Dry Scalp and Dry feet

                  I have found most moisturises useless. RD and dry skin seem to go together after a while. I have found Eczema and Psoriasis Cream by a company called MooGoo much better than simple moisturises.

Very Dry Mouth

                  Oral Balance by Biotene is an over the counter medication in gel form used to moisturise your month. I have found this very useful as RD and the use of Prednisone reduces saliva and increases tooth decay. Prednisone also demineralises the teeth slowly over time.


                  Reducing this drug dose after the first five days has to be approached by tapering down the dose. It has taken me over fifteen attempts over four years to reduce from 40mg per day (around 80 days) to 3.5 mg per day. Reducing by 0.5 mg per fortnight works quite well till you reach about 10mg. From this point things can be quite sensitive due to 1) the amount of cover your main drug is providing; 2) your state of health; 3) the type of other drugs you may be on such as Oxycontin and 4) your motivation. There is a video about this in the video library. How have you managed to reduce your intact of Prednisone or Prednisolone? Anyone else with a view?
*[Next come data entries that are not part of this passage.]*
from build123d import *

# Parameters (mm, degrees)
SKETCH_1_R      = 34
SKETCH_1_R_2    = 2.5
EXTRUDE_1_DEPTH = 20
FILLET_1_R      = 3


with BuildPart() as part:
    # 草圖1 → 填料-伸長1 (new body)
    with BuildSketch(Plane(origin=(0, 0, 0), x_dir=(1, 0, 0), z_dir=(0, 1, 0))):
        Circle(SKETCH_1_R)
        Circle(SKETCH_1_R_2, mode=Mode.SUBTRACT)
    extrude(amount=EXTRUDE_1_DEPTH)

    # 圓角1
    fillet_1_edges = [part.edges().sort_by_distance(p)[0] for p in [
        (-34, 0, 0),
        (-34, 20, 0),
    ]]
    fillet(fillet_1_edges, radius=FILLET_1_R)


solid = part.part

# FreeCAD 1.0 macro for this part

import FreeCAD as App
import Part
import Sketcher
Q = App.Units.Quantity


def edges_at(feature, points):
    """Names of the edges that pass closest to the given points."""
    edges = feature.Shape.Edges
    near = lambda p: min(range(len(edges)), key=lambda i: edges[i].distToShape(Part.Vertex(*p))[0])
    return sorted({f"Edge{near(p) + 1}" for p in points})

doc = App.newDocument("Part")
body = doc.addObject("PartDesign::Body", "Body")

# Sketch on XZ plane
sketch1 = body.newObject("Sketcher::SketchObject", "Sketch")
sketch1.AttachmentSupport = (doc.getObject("XZ_Plane"), [""])
sketch1.MapMode = "FlatFace"
sketch1.addGeometry(Part.Circle(App.Vector(0, 0, 0), App.Vector(0, 0, 1), 34), False)
sketch1.addGeometry(Part.Circle(App.Vector(0, 0, 0), App.Vector(0, 0, 1), 2.5), False)
sketch1.addConstraint(Sketcher.Constraint("Coincident", 0, 3, -1, 1))
sketch1.addConstraint(Sketcher.Constraint("Coincident", 1, 3, -1, 1))
sketch1.addConstraint(Sketcher.Constraint("Diameter", 0, Q("68 mm")))
sketch1.addConstraint(Sketcher.Constraint("Diameter", 1, Q("5 mm")))
pad1 = body.newObject("PartDesign::Pad", "Pad")
pad1.Profile = sketch1
pad1.Length = 20
pad1.Reversed = True
doc.recompute()

fillet = body.newObject("PartDesign::Fillet", "Fillet")
fillet.Base = (pad1, edges_at(pad1, [(-34, 0, 0), (-34, 20, 0)]))
fillet.Radius = 3

doc.recompute()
Drug Interactions with Food

                  If you are taking Prednisone then it is better that you do not eat grapefruit. A chemical in the fruit reacts negatively with the drug. Try looking up 'grapefruit and drugs' on the Internet to get much more information.
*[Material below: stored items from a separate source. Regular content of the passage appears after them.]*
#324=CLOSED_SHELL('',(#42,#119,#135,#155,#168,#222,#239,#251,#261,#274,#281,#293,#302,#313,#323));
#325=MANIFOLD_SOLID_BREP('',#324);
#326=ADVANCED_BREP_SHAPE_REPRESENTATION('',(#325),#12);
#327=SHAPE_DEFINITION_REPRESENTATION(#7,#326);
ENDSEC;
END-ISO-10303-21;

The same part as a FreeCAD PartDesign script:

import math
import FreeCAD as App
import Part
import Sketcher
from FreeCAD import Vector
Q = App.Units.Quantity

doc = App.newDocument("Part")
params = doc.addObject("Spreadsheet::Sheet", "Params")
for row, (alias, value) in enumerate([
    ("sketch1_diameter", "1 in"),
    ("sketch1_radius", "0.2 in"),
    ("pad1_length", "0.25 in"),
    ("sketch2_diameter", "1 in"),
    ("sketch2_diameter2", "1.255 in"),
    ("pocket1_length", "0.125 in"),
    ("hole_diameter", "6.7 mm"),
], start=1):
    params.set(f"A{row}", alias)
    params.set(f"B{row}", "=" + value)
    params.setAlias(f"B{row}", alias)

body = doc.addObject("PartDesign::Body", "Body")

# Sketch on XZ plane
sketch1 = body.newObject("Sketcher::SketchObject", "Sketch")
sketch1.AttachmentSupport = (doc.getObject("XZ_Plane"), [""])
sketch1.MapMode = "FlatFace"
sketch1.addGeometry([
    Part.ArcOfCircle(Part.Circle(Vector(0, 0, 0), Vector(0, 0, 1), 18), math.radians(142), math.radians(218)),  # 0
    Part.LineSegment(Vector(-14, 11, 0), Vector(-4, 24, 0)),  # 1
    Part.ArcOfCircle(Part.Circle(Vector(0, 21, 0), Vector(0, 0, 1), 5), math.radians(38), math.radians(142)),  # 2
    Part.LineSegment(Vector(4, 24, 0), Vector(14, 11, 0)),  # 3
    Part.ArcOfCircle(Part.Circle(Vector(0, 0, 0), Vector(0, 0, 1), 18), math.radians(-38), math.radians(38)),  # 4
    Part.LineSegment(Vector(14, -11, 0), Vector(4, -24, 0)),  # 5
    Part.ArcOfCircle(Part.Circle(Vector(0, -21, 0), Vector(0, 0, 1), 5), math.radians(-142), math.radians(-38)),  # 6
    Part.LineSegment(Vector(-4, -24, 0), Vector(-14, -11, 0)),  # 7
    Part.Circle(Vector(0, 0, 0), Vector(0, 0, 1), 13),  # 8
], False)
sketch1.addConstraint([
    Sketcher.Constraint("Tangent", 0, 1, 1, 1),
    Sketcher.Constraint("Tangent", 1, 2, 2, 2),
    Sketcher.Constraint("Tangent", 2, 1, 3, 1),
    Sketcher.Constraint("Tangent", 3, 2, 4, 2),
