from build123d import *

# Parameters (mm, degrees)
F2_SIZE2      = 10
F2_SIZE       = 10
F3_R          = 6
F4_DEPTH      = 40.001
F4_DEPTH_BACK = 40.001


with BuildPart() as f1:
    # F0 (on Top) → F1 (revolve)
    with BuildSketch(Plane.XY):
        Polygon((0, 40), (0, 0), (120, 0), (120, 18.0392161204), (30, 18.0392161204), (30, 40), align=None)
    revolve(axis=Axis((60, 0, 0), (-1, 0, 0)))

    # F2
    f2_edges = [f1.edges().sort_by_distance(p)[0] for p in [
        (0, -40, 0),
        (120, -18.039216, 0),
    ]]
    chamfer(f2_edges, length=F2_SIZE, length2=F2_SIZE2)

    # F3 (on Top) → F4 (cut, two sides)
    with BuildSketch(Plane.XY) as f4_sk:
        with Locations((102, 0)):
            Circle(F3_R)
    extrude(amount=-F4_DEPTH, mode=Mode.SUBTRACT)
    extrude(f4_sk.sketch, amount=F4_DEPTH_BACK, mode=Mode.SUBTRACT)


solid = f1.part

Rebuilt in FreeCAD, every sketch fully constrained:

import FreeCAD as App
import Part
import Sketcher
Q = App.Units.Quantity


def edges_at(feature, points):
    """Names of the edges that pass closest to the given points."""
    edges = feature.Shape.Edges
    near = lambda p: min(range(len(edges)), key=lambda i: edges[i].distToShape(Part.Vertex(*p))[0])
    return sorted({f"Edge{near(p) + 1}" for p in points})


def add_polygon(sketch, points):
    """Adds a closed chain of lines whose ends are joined by coincident constraints."""
    first, n = sketch.GeometryCount, len(points)
    for a, b in zip(points, points[1:] + points[:1]):
        sketch.addGeometry(Part.LineSegment(App.Vector(*a, 0), App.Vector(*b, 0)), False)
    for i in range(n):
        sketch.addConstraint(Sketcher.Constraint("Coincident", first + i, 2, first + (i + 1) % n, 1))

doc = App.newDocument("Part")
body = doc.addObject("PartDesign::Body", "Body")

# Sketch on XY plane
sketch1 = doc.addObject("Sketcher::SketchObject", "Sketch")
body.addObject(sketch1)
sketch1.AttachmentSupport = (doc.XY_Plane, [""])
sketch1.MapMode = "FlatFace"
add_polygon(sketch1, [(0, 40), (0, 0), (120, 0), (120, 18), (30, 18), (30, 40)])  # lines 0-5
sketch1.addConstraint([
    Sketcher.Constraint("Vertical", 0),
    Sketcher.Constraint("Horizontal", 1),
    Sketcher.Constraint("Vertical", 2),
    Sketcher.Constraint("Horizontal", 3),
    Sketcher.Constraint("Vertical", 4),
    Sketcher.Constraint("Horizontal", 5),
    Sketcher.Constraint("Coincident", 0, 2, -1, 1),
    Sketcher.Constraint("DistanceX", 1, 1, 1, 2, Q("120 mm")),
    Sketcher.Constraint("DistanceX", 3, 2, 3, 1, Q("90 mm")),
    Sketcher.Constraint("DistanceY", 0, 2, 0, 1, Q("40 mm")),
    Sketcher.Constraint("DistanceY", 2, 1, 2, 2, Q("18.039216 mm")),
])
revolution = doc.addObject("PartDesign::Revolution", "Revolution")
body.addObject(revolution)
revolution.Profile = sketch1
revolution.ReferenceAxis = (sketch1, ["H_Axis"])
revolution.Angle = 360
doc.recompute()

chamfer = doc.addObject("PartDesign::Chamfer", "Chamfer")
body.addObject(chamfer)
chamfer.Base = (revolution, edges_at(revolution, [(0, -40, 0), (120, -18.039, 0)]))
chamfer.ChamferType = "Two distances"
chamfer.Size = 10
chamfer.Size2 = 10

# Sketch on XY plane
sketch2 = doc.addObject("Sketcher::SketchObject", "Sketch001")
body.addObject(sketch2)
sketch2.AttachmentSupport = (doc.XY_Plane, [""])
sketch2.MapMode = "FlatFace"
sketch2.addGeometry(Part.Circle(App.Vector(102, 0, 0), App.Vector(0, 0, 1), 6), False)
sketch2.addConstraint([
    Sketcher.Constraint("PointOnObject", 0, 3, -1),
    Sketcher.Constraint("Diameter", 0, Q("12 mm")),
    Sketcher.Constraint("DistanceX", -1, 1, 0, 3, Q("102 mm")),
])
pocket1 = doc.addObject("PartDesign::Pocket", "Pocket")
body.addObject(pocket1)
pocket1.Profile = sketch2
pocket1.Type = "ThroughAll"
pocket1.Midplane = True

doc.recompute()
 Twelve Commandments - Severe RD and Lupus

  1. Become your own expert in your condition
  2. Listen to your body; assess and observe your condition regularly; plan your day accordingly.
  3. Be absolutely disciplined with your prescribed drugs and do as your specialist advises.
  4. Drugs interact with other drugs, foods and with toiletries, watch and monitor this.
  5. Exercise regularly and carefully within your physical envelope.
  6. Use food to moderate your condition and limit the impact of drug side effects.
  7. Share your findings on exercise, drugs and diet so others may learn.
  8. Include your carer in all your research, if they are interested.
  9. Develop a health journal, monitor drugs, pain and wellness.
  10. Make sure you have a care plan for yourself and action this with the help of your GP.
  11. Meditate often and live in the moment.
  12. Try not to cope with pain alone but let others who care know.

Voice Changes

                  I have noticed a warning when a flare is about to occur is hoarseness in my voice. If I slow done, check my medication dosage is correct and rest the flare will be mild.

Actemra and Dry Skin

                  The biologic drug Actemra is wonderful but causes dry skin. Cheap basic 'ultra dry repair' style skin cream manages the problem but only just.

Acetic Acid and/or Vinegar

Rheumatoid disease sufferers often get strange little rashes here and there. The GP tends to prescribe a cortisone based cream. I have found that rubbing a small amount of white vinegar on to the spots at bed time over a few days eliminates the rash. Try it - cheap, simple and easy.